== Information shown ==

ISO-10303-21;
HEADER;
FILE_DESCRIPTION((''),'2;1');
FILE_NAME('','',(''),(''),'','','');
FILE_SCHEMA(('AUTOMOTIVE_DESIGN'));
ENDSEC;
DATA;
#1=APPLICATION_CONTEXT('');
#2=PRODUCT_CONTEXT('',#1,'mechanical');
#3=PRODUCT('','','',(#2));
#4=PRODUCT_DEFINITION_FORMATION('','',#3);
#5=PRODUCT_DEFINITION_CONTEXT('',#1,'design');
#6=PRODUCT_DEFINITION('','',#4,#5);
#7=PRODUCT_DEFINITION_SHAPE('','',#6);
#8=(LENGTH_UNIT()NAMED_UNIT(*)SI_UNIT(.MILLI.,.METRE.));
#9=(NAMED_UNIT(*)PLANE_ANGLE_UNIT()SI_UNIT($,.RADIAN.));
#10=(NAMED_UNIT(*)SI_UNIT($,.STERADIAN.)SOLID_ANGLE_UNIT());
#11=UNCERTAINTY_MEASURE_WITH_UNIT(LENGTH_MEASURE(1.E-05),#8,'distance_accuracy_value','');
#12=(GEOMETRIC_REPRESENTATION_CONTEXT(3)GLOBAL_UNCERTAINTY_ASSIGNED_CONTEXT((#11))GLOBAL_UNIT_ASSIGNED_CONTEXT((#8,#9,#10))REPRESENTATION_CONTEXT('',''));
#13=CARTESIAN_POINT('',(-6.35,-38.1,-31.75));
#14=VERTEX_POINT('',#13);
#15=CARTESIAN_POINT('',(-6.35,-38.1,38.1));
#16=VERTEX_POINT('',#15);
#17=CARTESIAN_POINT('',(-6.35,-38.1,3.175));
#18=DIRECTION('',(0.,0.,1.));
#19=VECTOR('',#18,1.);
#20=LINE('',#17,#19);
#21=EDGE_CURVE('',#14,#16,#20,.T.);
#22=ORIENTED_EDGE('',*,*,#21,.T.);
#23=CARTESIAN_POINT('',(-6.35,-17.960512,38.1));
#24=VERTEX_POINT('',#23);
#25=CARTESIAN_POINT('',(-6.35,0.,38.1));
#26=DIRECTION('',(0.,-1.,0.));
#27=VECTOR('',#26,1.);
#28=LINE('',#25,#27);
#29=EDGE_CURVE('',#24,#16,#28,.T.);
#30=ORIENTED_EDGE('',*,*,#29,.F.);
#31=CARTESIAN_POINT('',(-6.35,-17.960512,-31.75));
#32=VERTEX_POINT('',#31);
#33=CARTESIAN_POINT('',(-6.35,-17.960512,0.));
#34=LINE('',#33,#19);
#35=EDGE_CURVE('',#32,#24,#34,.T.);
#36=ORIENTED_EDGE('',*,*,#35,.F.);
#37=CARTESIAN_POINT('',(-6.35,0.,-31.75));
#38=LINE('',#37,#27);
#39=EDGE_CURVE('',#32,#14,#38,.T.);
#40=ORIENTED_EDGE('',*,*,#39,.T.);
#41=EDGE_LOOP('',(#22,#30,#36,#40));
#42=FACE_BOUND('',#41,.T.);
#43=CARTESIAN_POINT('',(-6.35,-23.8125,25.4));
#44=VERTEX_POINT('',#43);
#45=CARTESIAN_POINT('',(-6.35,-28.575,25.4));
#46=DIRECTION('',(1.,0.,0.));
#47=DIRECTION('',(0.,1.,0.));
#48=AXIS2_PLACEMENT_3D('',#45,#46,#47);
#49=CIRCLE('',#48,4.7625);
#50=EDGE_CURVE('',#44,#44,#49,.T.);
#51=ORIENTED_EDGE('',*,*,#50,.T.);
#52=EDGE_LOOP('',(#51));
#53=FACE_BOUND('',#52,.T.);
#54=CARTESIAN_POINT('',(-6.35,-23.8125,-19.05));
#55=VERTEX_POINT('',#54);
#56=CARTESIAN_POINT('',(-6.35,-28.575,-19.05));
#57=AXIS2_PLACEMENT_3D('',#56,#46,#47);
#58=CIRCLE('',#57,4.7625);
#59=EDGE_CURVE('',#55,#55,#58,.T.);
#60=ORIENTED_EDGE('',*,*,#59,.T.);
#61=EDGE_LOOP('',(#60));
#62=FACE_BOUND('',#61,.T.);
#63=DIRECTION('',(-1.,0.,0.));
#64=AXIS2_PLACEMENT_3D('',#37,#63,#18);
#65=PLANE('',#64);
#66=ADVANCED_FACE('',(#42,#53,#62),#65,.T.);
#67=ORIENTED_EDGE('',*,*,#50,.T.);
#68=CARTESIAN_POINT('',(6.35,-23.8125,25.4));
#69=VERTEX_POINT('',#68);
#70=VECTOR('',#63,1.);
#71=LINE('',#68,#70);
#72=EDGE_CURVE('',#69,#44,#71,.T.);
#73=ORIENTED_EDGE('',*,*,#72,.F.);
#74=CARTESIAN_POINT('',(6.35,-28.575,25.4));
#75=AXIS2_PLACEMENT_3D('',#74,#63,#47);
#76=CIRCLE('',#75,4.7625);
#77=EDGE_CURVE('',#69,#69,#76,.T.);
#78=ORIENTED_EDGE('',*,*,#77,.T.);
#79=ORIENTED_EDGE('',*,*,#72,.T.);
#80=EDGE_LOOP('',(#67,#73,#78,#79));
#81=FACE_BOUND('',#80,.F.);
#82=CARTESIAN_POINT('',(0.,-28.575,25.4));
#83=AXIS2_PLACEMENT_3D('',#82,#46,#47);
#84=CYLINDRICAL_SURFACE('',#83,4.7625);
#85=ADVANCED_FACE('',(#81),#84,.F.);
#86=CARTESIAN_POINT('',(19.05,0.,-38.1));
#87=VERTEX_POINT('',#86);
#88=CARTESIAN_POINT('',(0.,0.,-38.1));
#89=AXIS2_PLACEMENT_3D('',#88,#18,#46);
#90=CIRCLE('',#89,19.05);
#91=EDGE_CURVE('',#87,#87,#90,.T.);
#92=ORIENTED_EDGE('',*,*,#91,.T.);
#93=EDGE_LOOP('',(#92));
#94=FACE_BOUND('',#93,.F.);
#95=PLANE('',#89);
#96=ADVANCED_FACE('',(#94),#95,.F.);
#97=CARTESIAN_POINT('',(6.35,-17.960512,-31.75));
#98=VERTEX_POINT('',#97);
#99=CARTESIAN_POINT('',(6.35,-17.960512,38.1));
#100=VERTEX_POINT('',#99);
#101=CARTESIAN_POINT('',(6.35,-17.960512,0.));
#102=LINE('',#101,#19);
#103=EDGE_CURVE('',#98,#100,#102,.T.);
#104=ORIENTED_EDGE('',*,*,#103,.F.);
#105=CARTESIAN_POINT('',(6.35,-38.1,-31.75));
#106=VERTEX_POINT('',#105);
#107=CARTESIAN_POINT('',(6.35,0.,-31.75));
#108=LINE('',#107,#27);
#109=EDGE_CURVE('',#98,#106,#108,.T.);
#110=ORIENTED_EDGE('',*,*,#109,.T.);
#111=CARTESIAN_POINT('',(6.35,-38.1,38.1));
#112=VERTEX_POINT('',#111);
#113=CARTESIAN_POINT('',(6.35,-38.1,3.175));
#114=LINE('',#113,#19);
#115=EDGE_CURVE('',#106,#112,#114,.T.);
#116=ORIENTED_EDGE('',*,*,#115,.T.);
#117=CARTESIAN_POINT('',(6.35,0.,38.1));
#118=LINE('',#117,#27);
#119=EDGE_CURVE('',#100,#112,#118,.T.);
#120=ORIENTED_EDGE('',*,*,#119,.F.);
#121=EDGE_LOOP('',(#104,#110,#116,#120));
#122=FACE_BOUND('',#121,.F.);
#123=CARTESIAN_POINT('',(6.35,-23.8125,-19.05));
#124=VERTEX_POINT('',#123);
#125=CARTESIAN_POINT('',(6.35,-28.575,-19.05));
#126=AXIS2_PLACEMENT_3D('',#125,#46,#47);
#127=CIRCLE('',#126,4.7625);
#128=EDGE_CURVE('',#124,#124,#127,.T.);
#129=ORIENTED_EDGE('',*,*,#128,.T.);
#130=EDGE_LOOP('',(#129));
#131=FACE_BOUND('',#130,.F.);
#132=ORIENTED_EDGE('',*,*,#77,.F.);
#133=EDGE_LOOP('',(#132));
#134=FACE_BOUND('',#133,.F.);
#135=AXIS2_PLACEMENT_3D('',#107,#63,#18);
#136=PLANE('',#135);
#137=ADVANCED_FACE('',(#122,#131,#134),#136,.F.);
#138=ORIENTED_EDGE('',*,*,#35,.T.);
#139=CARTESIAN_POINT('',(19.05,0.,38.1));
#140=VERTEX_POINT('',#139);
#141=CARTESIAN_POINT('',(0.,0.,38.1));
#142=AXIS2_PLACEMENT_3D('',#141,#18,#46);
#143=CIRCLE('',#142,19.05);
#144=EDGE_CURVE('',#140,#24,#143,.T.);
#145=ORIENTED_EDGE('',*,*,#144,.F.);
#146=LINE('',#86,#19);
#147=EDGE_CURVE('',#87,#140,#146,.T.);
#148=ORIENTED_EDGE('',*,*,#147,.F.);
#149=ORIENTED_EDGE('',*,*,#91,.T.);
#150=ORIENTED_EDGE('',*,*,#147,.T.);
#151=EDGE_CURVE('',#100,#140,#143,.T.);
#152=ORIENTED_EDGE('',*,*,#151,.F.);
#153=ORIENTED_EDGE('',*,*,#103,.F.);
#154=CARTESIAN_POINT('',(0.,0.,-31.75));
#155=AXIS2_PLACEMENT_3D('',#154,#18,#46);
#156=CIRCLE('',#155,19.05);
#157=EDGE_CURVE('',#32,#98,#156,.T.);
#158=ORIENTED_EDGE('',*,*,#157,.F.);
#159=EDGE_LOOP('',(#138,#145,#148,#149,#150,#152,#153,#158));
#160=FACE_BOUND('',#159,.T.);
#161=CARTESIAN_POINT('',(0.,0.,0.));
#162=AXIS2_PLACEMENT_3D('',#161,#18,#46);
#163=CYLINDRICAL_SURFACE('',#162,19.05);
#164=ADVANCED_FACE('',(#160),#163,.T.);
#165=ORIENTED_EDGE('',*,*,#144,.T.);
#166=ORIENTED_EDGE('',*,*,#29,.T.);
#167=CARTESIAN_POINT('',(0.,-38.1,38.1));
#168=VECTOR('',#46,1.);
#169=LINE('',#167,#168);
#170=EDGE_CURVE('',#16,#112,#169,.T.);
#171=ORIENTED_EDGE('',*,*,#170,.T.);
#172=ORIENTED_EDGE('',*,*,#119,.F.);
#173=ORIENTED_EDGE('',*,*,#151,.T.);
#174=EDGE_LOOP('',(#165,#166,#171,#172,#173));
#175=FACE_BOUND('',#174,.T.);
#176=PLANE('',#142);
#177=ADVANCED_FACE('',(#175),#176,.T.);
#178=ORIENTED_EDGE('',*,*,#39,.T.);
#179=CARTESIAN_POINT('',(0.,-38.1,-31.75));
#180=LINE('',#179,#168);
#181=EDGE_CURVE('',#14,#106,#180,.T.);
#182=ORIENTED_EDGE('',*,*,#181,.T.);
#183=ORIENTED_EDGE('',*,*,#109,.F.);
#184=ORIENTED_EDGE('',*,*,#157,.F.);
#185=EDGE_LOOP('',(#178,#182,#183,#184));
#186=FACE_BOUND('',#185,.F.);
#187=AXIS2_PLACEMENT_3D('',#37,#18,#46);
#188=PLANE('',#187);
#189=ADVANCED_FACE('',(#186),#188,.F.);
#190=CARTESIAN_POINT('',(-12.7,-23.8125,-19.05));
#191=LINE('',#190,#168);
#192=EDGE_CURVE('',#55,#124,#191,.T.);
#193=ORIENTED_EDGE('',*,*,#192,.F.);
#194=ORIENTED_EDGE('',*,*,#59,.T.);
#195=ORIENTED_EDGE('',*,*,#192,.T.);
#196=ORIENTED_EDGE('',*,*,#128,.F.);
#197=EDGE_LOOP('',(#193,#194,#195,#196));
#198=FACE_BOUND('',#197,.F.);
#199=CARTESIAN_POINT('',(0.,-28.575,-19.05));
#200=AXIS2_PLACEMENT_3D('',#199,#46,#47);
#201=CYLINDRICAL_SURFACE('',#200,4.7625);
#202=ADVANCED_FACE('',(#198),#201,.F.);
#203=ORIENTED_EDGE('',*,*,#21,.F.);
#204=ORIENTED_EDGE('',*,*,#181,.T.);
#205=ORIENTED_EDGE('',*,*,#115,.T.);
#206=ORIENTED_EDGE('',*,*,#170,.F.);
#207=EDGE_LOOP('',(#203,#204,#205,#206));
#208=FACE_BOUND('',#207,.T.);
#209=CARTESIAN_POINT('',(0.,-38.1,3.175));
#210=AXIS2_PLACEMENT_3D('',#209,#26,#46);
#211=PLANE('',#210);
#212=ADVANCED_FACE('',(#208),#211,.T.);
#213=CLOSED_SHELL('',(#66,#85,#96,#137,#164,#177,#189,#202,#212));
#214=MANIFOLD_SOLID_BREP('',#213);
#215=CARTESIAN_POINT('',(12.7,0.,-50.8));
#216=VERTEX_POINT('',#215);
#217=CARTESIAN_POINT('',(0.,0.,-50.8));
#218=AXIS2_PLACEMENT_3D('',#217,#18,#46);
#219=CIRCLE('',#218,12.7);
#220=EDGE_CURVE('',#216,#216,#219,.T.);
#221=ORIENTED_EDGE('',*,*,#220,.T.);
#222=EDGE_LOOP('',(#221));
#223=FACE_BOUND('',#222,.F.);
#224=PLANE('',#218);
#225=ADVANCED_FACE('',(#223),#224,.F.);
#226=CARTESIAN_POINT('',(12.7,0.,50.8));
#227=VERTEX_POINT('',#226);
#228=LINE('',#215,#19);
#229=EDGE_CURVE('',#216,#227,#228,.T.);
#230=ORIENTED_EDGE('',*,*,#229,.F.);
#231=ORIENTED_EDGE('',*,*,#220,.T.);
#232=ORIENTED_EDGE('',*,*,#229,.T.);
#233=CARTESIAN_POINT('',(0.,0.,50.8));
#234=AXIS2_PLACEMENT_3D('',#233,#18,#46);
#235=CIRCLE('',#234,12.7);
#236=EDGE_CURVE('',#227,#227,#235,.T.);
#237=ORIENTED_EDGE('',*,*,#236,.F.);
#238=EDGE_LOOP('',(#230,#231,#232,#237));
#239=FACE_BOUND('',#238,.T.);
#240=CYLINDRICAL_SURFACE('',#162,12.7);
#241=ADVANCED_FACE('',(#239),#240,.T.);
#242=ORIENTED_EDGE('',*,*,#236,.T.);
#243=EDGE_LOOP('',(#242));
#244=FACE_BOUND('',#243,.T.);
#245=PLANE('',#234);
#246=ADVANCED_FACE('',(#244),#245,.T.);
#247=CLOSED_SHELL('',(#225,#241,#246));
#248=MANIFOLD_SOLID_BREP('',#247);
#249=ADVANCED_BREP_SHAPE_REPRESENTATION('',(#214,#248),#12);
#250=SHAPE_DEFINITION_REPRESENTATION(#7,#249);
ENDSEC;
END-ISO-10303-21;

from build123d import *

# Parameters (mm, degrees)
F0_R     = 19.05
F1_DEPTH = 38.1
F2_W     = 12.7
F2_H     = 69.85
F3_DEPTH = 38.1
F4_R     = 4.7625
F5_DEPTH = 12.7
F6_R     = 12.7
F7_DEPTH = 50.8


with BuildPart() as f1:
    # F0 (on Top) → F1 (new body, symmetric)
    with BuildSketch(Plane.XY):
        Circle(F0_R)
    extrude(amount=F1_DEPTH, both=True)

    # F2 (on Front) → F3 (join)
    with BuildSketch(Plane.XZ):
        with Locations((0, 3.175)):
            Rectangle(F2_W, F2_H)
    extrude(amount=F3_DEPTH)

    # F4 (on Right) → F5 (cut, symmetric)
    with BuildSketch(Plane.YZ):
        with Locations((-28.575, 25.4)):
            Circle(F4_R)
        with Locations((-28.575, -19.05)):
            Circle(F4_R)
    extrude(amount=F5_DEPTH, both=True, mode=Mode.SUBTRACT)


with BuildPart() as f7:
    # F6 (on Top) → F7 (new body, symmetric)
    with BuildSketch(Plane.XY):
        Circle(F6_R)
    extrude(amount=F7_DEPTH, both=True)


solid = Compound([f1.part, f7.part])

===
== Information shown ==

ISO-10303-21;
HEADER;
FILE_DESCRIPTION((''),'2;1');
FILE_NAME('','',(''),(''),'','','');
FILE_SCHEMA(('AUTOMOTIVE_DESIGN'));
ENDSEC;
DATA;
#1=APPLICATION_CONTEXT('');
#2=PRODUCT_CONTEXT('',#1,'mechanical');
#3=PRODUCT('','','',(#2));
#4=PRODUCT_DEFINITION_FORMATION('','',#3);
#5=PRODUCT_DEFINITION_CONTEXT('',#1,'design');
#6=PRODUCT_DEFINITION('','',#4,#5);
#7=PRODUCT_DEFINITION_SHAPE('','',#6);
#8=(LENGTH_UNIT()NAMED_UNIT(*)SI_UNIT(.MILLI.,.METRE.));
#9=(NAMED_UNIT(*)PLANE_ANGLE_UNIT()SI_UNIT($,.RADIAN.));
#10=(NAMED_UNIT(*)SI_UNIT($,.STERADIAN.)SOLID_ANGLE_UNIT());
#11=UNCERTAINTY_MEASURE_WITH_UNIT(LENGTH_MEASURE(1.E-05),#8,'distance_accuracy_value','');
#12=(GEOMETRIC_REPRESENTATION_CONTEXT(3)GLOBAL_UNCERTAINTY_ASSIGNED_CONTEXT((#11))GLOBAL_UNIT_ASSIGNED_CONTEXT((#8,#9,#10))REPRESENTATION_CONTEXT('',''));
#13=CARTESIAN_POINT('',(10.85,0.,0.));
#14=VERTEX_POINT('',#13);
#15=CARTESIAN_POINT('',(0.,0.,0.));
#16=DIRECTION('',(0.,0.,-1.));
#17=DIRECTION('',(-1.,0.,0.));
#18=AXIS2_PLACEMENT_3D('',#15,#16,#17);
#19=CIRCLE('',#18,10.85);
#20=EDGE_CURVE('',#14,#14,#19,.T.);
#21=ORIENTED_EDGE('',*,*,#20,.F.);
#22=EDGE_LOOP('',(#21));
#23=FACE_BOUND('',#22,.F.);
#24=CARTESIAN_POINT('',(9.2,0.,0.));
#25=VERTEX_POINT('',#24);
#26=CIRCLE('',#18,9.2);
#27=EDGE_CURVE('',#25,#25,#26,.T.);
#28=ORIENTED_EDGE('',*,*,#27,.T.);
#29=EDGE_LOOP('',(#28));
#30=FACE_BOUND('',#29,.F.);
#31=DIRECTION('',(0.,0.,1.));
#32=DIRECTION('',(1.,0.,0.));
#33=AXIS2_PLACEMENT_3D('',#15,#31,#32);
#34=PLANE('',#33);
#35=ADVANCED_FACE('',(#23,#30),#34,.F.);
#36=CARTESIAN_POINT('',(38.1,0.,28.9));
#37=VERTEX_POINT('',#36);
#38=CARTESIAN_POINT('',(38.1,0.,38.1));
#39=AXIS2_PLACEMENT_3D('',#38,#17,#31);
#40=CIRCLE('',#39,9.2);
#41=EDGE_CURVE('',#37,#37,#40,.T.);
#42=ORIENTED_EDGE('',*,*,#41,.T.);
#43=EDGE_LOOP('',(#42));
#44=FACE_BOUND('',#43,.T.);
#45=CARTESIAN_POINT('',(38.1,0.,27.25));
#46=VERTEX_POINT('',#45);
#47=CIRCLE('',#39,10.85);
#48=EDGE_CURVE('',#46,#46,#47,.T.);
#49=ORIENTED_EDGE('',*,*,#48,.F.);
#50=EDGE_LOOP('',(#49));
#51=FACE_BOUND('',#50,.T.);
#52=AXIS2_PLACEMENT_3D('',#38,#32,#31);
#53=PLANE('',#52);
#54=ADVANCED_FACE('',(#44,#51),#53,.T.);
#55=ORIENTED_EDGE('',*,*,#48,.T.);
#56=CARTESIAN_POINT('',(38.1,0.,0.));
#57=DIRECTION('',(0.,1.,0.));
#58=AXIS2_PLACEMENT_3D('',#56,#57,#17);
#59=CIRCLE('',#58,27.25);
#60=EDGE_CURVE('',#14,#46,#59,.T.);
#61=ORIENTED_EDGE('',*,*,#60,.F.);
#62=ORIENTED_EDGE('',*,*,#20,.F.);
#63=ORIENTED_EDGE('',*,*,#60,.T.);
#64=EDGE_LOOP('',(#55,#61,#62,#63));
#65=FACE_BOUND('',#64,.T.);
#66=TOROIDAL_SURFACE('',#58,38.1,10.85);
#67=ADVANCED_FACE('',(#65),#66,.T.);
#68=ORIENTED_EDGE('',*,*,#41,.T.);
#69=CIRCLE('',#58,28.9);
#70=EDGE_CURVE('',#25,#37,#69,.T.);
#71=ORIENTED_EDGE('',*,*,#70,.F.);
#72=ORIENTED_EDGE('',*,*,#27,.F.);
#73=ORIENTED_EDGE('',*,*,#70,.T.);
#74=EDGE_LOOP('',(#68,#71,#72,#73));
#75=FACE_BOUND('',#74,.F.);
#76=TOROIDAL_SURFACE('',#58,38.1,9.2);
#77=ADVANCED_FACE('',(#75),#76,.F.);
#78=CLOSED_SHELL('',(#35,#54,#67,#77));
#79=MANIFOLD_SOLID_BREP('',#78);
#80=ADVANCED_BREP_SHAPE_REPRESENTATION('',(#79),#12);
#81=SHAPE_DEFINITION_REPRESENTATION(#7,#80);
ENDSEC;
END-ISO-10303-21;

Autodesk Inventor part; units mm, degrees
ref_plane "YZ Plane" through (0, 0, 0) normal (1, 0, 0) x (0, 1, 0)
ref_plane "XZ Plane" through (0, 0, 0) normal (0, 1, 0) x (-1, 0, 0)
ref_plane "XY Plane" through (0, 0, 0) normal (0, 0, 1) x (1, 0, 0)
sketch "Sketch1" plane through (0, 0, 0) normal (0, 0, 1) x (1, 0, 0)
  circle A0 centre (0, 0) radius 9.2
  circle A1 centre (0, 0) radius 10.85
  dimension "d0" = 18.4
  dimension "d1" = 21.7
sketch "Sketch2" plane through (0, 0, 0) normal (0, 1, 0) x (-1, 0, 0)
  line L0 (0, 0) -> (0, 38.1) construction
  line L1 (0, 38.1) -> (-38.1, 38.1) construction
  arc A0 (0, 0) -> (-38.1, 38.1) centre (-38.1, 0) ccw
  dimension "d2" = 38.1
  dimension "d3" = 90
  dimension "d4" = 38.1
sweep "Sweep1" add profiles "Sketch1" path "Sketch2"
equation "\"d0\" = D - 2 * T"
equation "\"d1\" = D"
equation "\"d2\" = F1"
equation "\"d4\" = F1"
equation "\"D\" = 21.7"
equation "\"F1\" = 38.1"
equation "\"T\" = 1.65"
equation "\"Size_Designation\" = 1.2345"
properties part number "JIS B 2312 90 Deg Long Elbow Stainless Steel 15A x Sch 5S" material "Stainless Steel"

===

(What to do)
What are the lines above, starting at the one with "#25=CARTESIAN_POINT('',(-6.35,0.,38.1));" and ending at the one with "#35=EDGE_CURVE('',#32,#24,#34,.T.);"? Give them again exactly, and only them.

(Response area)
#25=CARTESIAN_POINT('',(-6.35,0.,38.1));
#26=DIRECTION('',(0.,-1.,0.));
#27=VECTOR('',#26,1.);
#28=LINE('',#25,#27);
#29=EDGE_CURVE('',#24,#16,#28,.T.);
#30=ORIENTED_EDGE('',*,*,#29,.F.);
#31=CARTESIAN_POINT('',(-6.35,-17.960512,-31.75));
#32=VERTEX_POINT('',#31);
#33=CARTESIAN_POINT('',(-6.35,-17.960512,0.));
#34=LINE('',#33,#19);
#35=EDGE_CURVE('',#32,#24,#34,.T.);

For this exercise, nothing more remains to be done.